Dataset excerpts
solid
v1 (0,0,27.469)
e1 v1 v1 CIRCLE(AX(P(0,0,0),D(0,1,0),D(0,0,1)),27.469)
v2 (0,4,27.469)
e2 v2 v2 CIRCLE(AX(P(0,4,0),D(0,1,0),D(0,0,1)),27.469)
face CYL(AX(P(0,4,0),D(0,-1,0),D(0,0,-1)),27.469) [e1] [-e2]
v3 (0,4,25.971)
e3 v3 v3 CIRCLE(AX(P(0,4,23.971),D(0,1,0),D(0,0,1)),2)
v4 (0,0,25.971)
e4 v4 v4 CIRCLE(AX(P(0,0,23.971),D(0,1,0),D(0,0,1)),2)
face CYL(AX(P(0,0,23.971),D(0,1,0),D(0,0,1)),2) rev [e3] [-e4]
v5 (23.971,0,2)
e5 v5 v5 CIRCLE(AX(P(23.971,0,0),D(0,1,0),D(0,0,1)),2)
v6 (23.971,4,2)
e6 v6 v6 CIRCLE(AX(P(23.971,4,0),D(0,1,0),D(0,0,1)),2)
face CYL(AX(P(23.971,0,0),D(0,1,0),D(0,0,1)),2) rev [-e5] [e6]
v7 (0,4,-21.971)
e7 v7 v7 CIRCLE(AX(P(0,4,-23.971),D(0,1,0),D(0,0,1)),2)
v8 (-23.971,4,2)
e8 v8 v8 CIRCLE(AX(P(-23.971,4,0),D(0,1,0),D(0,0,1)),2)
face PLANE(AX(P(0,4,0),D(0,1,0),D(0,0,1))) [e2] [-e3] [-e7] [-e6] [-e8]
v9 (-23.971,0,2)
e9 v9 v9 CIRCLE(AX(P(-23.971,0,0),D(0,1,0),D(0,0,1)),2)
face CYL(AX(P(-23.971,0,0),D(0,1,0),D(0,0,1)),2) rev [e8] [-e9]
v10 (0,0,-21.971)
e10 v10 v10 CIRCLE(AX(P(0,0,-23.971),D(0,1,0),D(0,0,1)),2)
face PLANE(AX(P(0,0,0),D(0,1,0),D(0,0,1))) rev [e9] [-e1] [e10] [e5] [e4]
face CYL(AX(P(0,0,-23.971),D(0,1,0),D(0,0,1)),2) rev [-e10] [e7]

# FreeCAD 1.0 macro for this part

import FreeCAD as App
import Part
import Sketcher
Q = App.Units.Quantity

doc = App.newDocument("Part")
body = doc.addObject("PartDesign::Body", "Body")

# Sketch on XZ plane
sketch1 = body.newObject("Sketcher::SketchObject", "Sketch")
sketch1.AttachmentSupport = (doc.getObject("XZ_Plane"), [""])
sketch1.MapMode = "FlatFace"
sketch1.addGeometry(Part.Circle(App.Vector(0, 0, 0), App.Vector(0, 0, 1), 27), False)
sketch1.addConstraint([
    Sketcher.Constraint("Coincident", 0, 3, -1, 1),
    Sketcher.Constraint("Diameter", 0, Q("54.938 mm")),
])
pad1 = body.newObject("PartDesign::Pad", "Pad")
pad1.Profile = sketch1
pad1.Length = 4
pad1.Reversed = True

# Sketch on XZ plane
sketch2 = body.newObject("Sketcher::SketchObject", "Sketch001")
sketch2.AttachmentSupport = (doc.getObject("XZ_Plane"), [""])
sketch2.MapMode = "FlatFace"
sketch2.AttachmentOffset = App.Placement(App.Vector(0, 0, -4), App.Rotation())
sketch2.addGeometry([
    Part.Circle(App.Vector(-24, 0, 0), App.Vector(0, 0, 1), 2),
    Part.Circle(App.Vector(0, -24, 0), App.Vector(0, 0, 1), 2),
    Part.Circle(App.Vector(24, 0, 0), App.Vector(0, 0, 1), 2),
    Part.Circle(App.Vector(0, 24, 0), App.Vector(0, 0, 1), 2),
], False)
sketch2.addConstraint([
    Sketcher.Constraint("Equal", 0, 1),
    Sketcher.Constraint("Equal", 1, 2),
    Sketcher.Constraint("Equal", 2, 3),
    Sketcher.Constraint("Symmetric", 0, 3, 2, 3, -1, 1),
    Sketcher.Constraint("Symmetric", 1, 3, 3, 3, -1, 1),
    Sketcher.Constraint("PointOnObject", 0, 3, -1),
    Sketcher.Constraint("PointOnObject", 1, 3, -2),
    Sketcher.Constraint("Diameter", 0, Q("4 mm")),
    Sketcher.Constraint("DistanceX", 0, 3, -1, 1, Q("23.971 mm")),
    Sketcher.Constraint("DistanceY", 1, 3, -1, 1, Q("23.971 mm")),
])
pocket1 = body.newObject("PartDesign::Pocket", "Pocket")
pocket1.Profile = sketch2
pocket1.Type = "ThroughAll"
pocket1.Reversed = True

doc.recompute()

==

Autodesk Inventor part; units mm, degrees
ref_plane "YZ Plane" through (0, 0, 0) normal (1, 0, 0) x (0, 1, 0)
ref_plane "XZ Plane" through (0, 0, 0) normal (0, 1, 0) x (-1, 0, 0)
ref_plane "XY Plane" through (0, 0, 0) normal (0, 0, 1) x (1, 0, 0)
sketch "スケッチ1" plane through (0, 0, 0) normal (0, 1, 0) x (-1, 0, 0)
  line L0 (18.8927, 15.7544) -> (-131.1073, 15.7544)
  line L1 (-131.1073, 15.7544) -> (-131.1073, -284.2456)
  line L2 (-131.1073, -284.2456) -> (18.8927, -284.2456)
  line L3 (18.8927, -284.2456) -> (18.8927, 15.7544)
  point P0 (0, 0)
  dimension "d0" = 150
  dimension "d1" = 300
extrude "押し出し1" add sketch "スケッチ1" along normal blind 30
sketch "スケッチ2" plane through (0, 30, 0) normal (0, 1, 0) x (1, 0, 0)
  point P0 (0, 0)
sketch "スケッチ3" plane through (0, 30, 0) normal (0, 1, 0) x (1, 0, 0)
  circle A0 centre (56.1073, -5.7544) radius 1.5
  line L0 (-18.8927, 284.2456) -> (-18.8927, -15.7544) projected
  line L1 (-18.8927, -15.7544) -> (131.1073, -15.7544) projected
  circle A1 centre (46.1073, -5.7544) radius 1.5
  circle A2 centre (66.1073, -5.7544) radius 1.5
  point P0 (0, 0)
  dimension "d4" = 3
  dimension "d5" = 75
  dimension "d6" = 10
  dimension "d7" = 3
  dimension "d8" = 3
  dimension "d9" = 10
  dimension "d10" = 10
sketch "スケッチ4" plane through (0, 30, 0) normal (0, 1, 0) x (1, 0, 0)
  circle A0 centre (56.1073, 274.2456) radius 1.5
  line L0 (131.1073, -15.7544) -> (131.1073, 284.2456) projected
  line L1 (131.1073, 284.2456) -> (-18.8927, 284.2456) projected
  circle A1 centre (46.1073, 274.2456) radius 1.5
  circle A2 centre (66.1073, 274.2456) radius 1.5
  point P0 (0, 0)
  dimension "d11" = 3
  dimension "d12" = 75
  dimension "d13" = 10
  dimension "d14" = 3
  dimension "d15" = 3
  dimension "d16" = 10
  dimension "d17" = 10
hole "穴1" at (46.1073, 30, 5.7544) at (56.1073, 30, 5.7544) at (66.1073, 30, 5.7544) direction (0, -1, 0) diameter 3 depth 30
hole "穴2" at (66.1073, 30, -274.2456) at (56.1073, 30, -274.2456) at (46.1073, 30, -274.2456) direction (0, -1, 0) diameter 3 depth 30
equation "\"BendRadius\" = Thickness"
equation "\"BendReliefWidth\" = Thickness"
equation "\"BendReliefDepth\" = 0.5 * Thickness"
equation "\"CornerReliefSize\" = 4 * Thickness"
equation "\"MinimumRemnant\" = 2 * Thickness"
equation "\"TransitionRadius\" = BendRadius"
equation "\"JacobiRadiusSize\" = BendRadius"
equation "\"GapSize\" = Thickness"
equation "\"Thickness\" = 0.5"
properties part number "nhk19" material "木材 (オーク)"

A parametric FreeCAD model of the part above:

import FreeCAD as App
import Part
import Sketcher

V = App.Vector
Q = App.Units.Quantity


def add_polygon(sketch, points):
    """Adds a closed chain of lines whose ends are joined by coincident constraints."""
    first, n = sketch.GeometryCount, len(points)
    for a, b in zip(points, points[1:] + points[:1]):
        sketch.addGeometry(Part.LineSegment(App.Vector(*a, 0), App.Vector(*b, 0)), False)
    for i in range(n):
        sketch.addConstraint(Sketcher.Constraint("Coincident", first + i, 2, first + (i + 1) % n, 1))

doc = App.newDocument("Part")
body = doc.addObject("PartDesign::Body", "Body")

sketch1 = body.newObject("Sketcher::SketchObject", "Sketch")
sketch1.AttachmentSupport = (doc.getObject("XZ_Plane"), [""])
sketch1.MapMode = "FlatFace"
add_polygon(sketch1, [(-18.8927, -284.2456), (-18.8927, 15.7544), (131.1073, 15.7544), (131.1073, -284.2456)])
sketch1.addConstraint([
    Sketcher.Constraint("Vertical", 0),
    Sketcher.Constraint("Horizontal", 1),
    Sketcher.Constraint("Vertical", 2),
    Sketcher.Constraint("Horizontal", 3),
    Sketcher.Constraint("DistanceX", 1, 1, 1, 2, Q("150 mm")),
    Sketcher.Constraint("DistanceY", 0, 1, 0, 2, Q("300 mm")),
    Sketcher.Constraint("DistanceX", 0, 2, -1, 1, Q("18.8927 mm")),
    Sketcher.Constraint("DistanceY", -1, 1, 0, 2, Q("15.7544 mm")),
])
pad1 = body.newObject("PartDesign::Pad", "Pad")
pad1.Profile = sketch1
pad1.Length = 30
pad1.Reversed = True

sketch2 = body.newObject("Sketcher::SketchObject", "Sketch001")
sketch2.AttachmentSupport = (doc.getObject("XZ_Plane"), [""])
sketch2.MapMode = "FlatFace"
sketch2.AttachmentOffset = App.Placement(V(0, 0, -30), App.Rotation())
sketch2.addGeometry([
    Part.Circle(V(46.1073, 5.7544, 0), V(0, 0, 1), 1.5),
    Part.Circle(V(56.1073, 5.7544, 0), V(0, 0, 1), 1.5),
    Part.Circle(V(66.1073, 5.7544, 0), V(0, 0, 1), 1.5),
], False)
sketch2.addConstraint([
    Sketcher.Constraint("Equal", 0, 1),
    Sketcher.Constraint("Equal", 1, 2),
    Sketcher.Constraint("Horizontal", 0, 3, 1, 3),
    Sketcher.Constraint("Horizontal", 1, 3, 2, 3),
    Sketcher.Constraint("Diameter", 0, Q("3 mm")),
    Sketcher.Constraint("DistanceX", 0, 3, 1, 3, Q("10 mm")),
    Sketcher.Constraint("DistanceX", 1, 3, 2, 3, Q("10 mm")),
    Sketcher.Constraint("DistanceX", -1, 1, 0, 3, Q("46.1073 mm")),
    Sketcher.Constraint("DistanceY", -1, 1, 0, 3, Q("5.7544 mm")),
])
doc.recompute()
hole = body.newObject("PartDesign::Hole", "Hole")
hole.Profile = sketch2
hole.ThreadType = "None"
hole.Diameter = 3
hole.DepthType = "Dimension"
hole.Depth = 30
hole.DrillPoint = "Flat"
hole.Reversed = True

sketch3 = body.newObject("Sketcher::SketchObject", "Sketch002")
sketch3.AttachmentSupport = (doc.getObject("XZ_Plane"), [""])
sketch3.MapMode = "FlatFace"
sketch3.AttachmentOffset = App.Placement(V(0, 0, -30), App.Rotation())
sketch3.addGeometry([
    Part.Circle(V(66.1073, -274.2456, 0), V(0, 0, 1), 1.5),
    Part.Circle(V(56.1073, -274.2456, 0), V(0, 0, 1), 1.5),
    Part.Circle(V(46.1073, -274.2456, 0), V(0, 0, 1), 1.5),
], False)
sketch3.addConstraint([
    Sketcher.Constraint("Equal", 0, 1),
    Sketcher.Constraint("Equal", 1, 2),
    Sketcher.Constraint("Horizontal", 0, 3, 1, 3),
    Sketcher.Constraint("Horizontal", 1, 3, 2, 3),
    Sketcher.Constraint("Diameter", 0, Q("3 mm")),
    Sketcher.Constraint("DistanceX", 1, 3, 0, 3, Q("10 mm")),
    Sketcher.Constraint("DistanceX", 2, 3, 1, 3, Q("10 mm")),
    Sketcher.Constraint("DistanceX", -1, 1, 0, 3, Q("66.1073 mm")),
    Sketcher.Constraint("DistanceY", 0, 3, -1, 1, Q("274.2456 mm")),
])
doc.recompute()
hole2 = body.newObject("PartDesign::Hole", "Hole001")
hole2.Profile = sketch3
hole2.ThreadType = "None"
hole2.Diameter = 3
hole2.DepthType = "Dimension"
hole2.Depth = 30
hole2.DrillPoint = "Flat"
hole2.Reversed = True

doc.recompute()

▸ About this exercise
Using the entries above, return exactly the lines from the line with "line L0 (-18.8927, 284.2456)" to the line with "circle A1 centre (46.1073, 274.2456)", counting both of those lines.

▸ Solved problem
  line L0 (-18.8927, 284.2456) -> (-18.8927, -15.7544) projected
  line L1 (-18.8927, -15.7544) -> (131.1073, -15.7544) projected
  circle A1 centre (46.1073, -5.7544) radius 1.5
  circle A2 centre (66.1073, -5.7544) radius 1.5
  point P0 (0, 0)
  dimension "d4" = 3
  dimension "d5" = 75
  dimension "d6" = 10
  dimension "d7" = 3
  dimension "d8" = 3
  dimension "d9" = 10
  dimension "d10" = 10
sketch "スケッチ4" plane through (0, 30, 0) normal (0, 1, 0) x (1, 0, 0)
  circle A0 centre (56.1073, 274.2456) radius 1.5
  line L0 (131.1073, -15.7544) -> (131.1073, 284.2456) projected
  line L1 (131.1073, 284.2456) -> (-18.8927, 284.2456) projected
  circle A1 centre (46.1073, 274.2456) radius 1.5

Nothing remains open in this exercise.